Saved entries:

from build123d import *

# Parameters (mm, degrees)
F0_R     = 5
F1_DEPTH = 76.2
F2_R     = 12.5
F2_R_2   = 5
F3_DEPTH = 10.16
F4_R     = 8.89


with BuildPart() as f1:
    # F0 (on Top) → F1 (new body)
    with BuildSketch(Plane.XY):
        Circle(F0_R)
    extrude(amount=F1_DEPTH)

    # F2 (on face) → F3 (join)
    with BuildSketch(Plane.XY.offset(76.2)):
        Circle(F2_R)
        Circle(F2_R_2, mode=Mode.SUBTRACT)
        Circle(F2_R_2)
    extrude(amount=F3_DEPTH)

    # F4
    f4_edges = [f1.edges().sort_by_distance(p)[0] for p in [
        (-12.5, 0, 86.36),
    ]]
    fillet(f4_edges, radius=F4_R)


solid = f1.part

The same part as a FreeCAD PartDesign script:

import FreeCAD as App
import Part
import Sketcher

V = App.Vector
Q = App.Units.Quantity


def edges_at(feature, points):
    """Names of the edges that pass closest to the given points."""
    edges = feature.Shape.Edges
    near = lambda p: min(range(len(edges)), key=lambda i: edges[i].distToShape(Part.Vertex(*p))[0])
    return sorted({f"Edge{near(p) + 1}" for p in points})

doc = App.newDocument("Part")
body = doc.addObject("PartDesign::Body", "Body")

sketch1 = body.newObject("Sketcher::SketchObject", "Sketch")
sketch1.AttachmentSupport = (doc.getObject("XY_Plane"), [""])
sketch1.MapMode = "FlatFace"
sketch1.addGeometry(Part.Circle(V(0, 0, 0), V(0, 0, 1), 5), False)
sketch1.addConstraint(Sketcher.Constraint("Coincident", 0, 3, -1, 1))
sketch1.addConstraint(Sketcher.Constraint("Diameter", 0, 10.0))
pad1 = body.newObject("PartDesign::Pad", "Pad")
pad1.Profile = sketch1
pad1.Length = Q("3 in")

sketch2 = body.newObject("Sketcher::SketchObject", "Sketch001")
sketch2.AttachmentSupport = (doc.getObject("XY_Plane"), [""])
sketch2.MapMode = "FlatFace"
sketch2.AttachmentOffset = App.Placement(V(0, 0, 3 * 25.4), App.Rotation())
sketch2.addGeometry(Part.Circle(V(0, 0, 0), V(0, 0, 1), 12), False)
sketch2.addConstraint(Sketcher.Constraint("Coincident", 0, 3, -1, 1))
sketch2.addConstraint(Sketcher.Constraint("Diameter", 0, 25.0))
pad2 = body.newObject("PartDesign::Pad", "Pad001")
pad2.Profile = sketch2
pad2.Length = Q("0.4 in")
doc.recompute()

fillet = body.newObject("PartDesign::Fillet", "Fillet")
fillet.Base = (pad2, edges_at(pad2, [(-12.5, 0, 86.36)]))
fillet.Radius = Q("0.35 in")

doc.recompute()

* * *

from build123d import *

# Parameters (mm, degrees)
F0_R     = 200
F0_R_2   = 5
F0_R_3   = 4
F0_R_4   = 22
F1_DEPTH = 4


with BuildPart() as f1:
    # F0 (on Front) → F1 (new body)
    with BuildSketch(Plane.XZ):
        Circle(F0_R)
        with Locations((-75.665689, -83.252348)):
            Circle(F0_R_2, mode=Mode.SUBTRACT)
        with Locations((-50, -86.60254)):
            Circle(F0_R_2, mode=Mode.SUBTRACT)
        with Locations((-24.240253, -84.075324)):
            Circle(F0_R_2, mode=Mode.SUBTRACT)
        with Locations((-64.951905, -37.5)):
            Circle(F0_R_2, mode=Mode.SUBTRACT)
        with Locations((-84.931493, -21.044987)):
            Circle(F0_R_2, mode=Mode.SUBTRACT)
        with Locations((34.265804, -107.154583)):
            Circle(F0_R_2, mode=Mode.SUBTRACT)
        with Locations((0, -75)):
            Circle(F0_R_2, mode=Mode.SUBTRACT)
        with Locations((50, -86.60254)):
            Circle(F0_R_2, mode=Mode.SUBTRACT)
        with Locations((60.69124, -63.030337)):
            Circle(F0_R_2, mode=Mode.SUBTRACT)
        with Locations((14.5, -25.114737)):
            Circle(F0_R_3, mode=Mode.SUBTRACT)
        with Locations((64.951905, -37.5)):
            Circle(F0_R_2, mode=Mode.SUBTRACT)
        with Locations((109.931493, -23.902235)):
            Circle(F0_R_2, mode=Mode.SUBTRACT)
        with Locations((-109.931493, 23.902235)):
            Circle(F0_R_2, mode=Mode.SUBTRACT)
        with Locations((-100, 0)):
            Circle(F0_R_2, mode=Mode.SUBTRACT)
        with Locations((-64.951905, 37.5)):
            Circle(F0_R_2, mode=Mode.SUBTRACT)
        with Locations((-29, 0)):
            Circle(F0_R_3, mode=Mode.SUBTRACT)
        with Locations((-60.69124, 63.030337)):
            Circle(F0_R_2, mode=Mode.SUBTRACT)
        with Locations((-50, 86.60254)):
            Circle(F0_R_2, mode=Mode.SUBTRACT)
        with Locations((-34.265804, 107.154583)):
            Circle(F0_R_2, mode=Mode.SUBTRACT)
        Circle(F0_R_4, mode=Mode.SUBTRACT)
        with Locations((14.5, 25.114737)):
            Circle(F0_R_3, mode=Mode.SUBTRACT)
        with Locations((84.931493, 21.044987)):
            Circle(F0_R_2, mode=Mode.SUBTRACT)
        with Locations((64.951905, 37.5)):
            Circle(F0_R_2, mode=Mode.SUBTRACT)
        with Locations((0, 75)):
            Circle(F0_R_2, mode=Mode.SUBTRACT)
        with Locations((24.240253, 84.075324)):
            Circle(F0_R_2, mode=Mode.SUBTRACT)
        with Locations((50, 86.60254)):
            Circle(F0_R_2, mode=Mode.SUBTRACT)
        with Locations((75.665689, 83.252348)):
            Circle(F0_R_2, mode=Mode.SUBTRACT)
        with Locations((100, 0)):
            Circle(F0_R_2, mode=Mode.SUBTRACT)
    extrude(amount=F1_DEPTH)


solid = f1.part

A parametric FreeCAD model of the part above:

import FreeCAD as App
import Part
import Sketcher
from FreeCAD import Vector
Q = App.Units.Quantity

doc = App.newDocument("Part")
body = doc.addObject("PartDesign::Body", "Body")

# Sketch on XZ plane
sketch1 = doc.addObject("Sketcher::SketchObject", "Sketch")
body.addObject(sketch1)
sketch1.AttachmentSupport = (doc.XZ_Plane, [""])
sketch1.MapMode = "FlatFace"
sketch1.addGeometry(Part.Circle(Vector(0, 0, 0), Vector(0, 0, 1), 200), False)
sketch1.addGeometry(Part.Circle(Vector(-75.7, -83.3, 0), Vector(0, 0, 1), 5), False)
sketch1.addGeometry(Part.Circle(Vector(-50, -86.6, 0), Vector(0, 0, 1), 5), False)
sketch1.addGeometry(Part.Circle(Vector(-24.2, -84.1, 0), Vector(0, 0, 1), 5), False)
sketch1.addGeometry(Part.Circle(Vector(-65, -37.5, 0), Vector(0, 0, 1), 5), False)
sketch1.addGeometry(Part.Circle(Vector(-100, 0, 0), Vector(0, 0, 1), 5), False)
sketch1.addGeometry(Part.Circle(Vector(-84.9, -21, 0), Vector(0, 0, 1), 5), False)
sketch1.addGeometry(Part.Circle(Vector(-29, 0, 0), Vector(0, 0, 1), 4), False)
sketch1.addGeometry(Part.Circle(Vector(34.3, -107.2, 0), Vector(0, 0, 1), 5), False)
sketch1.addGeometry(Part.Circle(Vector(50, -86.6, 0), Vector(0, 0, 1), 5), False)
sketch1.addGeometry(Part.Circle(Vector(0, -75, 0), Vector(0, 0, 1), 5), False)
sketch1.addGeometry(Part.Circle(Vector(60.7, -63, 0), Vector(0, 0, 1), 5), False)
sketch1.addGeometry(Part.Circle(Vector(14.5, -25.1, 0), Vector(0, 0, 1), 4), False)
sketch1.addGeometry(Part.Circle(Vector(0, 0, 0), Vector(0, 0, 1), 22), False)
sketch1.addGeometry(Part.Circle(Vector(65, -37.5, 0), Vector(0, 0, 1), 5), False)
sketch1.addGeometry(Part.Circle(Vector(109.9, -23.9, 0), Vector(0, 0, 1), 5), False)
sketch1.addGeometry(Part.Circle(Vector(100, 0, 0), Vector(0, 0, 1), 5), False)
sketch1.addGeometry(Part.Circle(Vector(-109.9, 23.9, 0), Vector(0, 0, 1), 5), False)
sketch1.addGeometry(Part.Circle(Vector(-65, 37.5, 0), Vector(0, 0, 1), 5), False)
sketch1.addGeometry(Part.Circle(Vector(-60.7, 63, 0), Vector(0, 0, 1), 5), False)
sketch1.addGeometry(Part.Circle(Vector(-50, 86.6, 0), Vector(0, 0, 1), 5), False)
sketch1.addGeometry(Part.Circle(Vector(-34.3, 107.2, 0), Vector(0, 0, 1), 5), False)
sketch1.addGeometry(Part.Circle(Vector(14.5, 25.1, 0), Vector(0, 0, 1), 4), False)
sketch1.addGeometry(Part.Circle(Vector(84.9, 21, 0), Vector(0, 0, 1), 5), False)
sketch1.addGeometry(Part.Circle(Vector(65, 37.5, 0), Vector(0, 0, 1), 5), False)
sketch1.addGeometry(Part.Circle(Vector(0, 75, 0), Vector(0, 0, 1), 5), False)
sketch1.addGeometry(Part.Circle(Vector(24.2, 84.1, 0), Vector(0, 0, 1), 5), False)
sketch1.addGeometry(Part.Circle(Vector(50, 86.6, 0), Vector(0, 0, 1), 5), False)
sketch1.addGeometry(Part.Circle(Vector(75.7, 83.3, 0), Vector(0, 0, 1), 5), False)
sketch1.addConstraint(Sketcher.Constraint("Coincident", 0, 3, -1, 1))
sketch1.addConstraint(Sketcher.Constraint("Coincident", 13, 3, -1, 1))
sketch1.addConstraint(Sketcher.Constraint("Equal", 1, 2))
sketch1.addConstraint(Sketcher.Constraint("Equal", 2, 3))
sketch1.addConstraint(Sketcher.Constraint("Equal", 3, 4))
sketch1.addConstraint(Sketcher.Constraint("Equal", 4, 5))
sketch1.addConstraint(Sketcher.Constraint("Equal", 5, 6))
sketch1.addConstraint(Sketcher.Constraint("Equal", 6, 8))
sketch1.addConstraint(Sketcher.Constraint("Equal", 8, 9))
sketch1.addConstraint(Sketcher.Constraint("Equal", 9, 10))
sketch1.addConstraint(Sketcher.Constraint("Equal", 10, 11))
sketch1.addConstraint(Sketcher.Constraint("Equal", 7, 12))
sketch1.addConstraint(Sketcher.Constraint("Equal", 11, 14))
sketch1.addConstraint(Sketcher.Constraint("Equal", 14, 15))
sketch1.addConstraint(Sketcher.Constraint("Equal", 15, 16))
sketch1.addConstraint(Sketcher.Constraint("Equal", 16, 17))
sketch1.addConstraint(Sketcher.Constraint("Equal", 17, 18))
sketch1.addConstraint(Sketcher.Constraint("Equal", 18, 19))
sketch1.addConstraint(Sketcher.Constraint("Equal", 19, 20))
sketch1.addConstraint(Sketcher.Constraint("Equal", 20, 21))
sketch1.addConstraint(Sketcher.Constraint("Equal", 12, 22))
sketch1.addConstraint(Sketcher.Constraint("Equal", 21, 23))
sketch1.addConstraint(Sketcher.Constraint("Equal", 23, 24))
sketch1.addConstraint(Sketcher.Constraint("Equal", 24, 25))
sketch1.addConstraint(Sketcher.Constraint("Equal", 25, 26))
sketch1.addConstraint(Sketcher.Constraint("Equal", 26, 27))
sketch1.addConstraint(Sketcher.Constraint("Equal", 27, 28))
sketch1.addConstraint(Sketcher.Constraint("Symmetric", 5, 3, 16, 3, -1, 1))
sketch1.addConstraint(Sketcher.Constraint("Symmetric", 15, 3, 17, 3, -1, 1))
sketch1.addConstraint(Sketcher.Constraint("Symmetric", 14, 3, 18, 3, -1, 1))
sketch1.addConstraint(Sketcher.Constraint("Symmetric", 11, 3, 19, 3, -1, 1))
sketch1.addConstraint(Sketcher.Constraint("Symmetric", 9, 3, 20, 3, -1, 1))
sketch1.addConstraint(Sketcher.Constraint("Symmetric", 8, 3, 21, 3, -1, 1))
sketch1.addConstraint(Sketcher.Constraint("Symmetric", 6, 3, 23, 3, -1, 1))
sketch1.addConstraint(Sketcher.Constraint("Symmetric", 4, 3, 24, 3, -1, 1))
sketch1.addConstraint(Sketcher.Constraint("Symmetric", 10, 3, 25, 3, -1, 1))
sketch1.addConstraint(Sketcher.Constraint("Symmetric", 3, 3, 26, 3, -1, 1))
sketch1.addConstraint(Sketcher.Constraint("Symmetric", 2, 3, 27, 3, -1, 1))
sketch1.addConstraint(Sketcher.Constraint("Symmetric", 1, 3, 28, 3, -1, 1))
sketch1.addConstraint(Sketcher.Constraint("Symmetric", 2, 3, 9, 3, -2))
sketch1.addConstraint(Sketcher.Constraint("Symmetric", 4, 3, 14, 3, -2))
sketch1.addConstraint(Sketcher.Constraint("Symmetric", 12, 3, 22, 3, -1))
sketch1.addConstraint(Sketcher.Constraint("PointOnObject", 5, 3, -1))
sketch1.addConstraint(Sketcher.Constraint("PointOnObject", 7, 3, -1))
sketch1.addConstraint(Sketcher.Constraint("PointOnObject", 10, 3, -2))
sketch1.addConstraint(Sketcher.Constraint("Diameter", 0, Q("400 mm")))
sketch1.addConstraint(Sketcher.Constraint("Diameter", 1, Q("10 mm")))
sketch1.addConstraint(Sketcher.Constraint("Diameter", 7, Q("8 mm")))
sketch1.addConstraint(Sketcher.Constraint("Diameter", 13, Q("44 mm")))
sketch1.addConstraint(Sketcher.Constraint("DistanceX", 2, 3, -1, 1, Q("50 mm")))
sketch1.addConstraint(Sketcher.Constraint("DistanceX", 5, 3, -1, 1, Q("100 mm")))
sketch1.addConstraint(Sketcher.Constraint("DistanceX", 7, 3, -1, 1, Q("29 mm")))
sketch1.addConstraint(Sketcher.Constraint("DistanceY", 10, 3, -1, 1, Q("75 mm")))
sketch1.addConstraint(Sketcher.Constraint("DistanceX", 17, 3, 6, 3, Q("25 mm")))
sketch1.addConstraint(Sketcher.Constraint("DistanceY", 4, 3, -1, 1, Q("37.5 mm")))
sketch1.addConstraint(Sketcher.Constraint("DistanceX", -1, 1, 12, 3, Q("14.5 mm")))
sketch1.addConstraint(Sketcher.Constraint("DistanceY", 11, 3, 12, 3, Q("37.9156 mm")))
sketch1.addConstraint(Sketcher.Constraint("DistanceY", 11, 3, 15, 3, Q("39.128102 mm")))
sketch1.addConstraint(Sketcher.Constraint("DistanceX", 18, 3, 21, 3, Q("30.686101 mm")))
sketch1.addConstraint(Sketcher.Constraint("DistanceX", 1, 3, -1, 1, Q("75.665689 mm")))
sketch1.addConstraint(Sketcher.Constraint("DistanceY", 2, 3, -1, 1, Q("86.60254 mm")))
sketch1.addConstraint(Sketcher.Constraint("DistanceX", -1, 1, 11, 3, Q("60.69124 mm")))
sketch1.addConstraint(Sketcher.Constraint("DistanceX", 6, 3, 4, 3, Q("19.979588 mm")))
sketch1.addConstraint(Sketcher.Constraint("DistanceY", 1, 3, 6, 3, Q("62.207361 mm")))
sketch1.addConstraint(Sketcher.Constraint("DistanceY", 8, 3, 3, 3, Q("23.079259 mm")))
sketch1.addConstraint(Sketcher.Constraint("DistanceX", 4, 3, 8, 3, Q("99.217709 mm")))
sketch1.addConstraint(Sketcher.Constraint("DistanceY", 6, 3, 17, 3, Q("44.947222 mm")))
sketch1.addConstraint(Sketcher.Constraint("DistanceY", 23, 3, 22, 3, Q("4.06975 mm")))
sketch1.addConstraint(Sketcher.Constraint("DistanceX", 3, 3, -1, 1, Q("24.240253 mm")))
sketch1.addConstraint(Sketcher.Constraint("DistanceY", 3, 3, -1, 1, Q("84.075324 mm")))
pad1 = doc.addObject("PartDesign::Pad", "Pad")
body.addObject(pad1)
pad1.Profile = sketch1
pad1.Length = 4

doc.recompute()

Required work:
From the data above, pick out each line containing "BuildSketch" and copy it.

Output for this exercise:
    with BuildSketch(Plane.XY):
    with BuildSketch(Plane.XY.offset(76.2)):
    with BuildSketch(Plane.XZ):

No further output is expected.